Listed entries: Begin

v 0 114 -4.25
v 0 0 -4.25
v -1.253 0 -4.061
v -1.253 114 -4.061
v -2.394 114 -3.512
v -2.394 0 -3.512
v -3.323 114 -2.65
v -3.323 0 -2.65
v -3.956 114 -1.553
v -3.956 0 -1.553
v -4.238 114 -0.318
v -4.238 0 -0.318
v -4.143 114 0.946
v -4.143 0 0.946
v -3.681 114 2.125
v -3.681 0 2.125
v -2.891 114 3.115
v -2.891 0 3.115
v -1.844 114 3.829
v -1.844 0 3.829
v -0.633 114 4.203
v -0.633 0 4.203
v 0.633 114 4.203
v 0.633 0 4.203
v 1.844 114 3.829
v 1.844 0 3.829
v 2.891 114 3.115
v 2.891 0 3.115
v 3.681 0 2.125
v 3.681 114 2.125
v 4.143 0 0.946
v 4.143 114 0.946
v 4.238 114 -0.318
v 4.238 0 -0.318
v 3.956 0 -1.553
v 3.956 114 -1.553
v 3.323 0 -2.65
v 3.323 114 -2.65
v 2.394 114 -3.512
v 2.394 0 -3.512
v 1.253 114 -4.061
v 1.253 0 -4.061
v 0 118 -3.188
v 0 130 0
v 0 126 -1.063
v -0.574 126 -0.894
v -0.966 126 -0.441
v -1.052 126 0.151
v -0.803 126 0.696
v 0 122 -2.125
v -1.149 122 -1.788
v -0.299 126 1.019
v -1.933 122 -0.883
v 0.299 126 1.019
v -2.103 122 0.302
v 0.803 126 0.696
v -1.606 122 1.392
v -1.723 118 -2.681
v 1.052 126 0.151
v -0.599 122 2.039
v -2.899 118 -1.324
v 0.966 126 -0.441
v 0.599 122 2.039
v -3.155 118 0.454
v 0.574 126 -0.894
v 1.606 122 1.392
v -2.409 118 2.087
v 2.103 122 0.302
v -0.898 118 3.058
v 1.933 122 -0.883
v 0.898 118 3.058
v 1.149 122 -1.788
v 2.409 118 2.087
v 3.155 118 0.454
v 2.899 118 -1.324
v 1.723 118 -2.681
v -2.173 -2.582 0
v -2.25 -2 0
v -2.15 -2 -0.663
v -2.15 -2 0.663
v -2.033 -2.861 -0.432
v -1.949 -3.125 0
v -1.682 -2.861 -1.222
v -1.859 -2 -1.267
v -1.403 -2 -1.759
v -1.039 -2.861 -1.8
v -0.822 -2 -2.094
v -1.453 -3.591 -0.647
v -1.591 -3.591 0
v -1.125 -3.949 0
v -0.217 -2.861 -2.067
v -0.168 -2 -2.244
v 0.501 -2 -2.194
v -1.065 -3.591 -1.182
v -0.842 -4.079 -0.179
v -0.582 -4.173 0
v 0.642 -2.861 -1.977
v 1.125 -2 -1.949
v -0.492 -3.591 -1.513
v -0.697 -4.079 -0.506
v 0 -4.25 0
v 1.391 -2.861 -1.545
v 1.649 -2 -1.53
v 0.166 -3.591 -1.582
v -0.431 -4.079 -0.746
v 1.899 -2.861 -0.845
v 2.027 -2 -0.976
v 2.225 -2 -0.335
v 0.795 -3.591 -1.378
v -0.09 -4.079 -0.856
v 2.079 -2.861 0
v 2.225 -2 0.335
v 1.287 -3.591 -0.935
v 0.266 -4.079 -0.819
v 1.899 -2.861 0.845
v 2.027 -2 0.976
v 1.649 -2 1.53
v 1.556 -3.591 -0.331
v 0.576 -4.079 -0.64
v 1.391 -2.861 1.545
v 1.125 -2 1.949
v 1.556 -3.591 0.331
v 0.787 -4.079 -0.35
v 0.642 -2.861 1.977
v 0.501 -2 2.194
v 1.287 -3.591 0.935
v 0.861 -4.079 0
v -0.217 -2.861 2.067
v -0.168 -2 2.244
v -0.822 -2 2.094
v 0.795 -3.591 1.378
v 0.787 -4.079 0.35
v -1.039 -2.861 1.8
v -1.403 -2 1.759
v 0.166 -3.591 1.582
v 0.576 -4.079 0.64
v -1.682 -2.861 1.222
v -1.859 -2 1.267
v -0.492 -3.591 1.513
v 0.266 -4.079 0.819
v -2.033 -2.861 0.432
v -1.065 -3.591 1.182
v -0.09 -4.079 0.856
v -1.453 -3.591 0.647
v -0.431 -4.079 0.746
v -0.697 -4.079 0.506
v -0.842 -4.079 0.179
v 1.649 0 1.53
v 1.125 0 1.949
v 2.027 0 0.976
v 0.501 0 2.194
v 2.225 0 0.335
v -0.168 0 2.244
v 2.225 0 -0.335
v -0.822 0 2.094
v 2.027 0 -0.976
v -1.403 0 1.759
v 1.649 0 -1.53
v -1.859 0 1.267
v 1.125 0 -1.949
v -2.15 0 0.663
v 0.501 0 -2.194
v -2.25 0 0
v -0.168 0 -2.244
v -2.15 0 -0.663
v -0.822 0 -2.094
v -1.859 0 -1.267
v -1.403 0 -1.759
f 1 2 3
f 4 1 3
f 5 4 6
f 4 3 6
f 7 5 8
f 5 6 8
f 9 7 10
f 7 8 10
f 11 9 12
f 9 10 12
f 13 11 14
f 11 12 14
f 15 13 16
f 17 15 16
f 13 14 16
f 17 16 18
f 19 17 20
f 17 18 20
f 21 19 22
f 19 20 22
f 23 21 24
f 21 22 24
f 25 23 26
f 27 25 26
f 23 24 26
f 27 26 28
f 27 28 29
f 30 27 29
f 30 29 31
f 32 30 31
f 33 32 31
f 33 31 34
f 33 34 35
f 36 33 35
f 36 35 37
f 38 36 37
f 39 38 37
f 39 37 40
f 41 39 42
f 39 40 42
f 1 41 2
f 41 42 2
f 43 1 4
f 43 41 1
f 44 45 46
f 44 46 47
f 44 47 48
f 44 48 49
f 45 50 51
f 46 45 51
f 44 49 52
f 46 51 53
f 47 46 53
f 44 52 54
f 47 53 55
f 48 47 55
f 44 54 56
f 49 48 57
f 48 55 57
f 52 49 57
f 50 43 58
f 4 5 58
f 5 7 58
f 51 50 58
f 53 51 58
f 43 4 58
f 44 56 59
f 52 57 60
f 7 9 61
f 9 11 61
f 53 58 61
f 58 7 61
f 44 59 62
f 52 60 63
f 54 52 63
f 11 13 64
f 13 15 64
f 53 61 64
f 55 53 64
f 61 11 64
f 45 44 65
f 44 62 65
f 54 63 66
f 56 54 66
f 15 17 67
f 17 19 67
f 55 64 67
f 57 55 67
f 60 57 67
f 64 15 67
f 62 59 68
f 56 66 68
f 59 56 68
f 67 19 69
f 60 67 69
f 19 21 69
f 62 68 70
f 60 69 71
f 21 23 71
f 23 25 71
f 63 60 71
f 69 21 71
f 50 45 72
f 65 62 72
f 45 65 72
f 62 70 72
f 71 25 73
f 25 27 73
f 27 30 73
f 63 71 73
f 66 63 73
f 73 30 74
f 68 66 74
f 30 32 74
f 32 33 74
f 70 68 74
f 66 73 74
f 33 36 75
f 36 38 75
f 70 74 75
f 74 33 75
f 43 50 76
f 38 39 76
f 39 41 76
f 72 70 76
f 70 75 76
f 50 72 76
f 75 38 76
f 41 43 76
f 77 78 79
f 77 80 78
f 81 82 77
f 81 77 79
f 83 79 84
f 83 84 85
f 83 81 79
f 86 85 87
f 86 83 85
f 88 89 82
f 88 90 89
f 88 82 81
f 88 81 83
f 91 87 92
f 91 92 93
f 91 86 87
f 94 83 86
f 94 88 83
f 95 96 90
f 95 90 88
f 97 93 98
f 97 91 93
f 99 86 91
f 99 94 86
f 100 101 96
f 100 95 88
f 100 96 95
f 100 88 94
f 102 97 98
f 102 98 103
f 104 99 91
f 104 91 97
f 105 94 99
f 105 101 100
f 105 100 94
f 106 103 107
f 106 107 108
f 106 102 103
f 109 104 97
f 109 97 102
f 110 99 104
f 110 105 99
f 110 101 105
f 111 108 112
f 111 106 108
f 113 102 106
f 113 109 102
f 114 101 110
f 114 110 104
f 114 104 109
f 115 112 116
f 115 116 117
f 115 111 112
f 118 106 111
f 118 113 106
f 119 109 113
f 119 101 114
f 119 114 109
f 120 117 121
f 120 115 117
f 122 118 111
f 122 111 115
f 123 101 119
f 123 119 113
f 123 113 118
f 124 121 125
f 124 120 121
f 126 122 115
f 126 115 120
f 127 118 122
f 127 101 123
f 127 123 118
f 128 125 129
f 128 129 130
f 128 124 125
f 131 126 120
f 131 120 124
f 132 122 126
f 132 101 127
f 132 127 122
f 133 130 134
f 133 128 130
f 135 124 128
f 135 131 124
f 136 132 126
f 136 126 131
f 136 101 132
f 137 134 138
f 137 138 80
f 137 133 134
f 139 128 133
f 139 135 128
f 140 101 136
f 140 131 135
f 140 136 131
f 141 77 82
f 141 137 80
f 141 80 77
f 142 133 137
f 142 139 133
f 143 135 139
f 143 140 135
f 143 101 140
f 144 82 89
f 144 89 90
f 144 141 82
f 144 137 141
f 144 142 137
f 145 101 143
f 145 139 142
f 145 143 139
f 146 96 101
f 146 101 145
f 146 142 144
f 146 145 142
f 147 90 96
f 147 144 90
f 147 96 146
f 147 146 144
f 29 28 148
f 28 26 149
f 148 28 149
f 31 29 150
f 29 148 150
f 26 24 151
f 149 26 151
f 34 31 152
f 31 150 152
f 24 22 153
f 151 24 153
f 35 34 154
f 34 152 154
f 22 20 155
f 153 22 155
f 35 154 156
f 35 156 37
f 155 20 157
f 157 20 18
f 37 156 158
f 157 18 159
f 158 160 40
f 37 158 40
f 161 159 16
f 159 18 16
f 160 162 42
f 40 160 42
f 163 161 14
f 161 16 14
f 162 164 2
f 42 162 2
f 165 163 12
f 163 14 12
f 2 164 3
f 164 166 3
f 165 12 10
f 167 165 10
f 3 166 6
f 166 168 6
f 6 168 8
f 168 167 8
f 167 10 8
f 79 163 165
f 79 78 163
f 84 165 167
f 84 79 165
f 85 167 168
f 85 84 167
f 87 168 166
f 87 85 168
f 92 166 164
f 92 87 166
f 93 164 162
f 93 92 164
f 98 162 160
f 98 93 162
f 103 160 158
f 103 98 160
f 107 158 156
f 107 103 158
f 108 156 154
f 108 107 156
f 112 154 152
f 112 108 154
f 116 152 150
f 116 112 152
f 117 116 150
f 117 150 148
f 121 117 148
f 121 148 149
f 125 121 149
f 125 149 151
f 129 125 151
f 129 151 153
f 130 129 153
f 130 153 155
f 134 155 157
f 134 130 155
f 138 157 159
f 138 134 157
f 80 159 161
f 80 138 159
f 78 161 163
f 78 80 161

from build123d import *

# Parameters (mm, degrees)
SKETCH1_R           = 4.25
BOSS_EXTRUDE1_DEPTH = 114


with BuildPart() as part:
    # Sketch1 → Boss-Extrude1 (new body)
    with BuildSketch(Plane(origin=(0, 0, 0), x_dir=(1, 0, 0), z_dir=(0, 1, 0))):
        with Locations(Location((0, 0, 0), (0, 0, 90))):
            Circle(SKETCH1_R)
    extrude(amount=BOSS_EXTRUDE1_DEPTH)

    # Sketch2 → Revolve1 (revolve)
    with BuildSketch(Plane.XY, mode=Mode.PRIVATE) as revolve1_sk:
        with BuildLine():
            Line((2.25, 0), (2.25, -2))
            ThreePointArc((2.25, -2), (1.590990258, -3.590990258), (0, -4.25))
            Line((0, -4.25), (0, 0))
            Line((0, 0), (2.25, 0))
        make_face()
    revolve(revolve1_sk.sketch.rotate(Axis((0, 0, 0), (0, -1, 0)), 180), axis=Axis((0, 0, 0), (0, -1, 0)))

    # Sketch3 → Revolve2 (revolve)
    with BuildSketch(Plane.XY, mode=Mode.PRIVATE) as revolve2_sk:
        Polygon((0, 114), (0, 130), (4.25, 114), align=None)
    revolve(revolve2_sk.sketch.rotate(Axis((0, 114, 0), (0, 1, 0)), 90), axis=Axis((0, 114, 0), (0, 1, 0)))


solid = part.part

Listed entries: End

Exercise prompt: Copy out only the lines of the records above from the one with "f 120 115 117" through the one with "f 138 134 157", exactly as they stand, both included.

Answer space:
f 120 115 117
f 122 118 111
f 122 111 115
f 123 101 119
f 123 119 113
f 123 113 118
f 124 121 125
f 124 120 121
f 126 122 115
f 126 115 120
f 127 118 122
f 127 101 123
f 127 123 118
f 128 125 129
f 128 129 130
f 128 124 125
f 131 126 120
f 131 120 124
f 132 122 126
f 132 101 127
f 132 127 122
f 133 130 134
f 133 128 130
f 135 124 128
f 135 131 124
f 136 132 126
f 136 126 131
f 136 101 132
f 137 134 138
f 137 138 80
f 137 133 134
f 139 128 133
f 139 135 128
f 140 101 136
f 140 131 135
f 140 136 131
f 141 77 82
f 141 137 80
f 141 80 77
f 142 133 137
f 142 139 133
f 143 135 139
f 143 140 135
f 143 101 140
f 144 82 89
f 144 89 90
f 144 141 82
f 144 137 141
f 144 142 137
f 145 101 143
f 145 139 142
f 145 143 139
f 146 96 101
f 146 101 145
f 146 142 144
f 146 145 142
f 147 90 96
f 147 144 90
f 147 96 146
f 147 146 144
f 29 28 148
f 28 26 149
f 148 28 149
f 31 29 150
f 29 148 150
f 26 24 151
f 149 26 151
f 34 31 152
f 31 150 152
f 24 22 153
f 151 24 153
f 35 34 154
f 34 152 154
f 22 20 155
f 153 22 155
f 35 154 156
f 35 156 37
f 155 20 157
f 157 20 18
f 37 156 158
f 157 18 159
f 158 160 40
f 37 158 40
f 161 159 16
f 159 18 16
f 160 162 42
f 40 160 42
f 163 161 14
f 161 16 14
f 162 164 2
f 42 162 2
f 165 163 12
f 163 14 12
f 2 164 3
f 164 166 3
f 165 12 10
f 167 165 10
f 3 166 6
f 166 168 6
f 6 168 8
f 168 167 8
f 167 10 8
f 79 163 165
f 79 78 163
f 84 165 167
f 84 79 165
f 85 167 168
f 85 84 167
f 87 168 166
f 87 85 168
f 92 166 164
f 92 87 166
f 93 164 162
f 93 92 164
f 98 162 160
f 98 93 162
f 103 160 158
f 103 98 160
f 107 158 156
f 107 103 158
f 108 156 154
f 108 107 156
f 112 154 152
f 112 108 154
f 116 152 150
f 116 112 152
f 117 116 150
f 117 150 148
f 121 117 148
f 121 148 149
f 125 121 149
f 125 149 151
f 129 125 151
f 129 151 153
f 130 129 153
f 130 153 155
f 134 155 157
f 134 130 155
f 138 157 159
f 138 134 157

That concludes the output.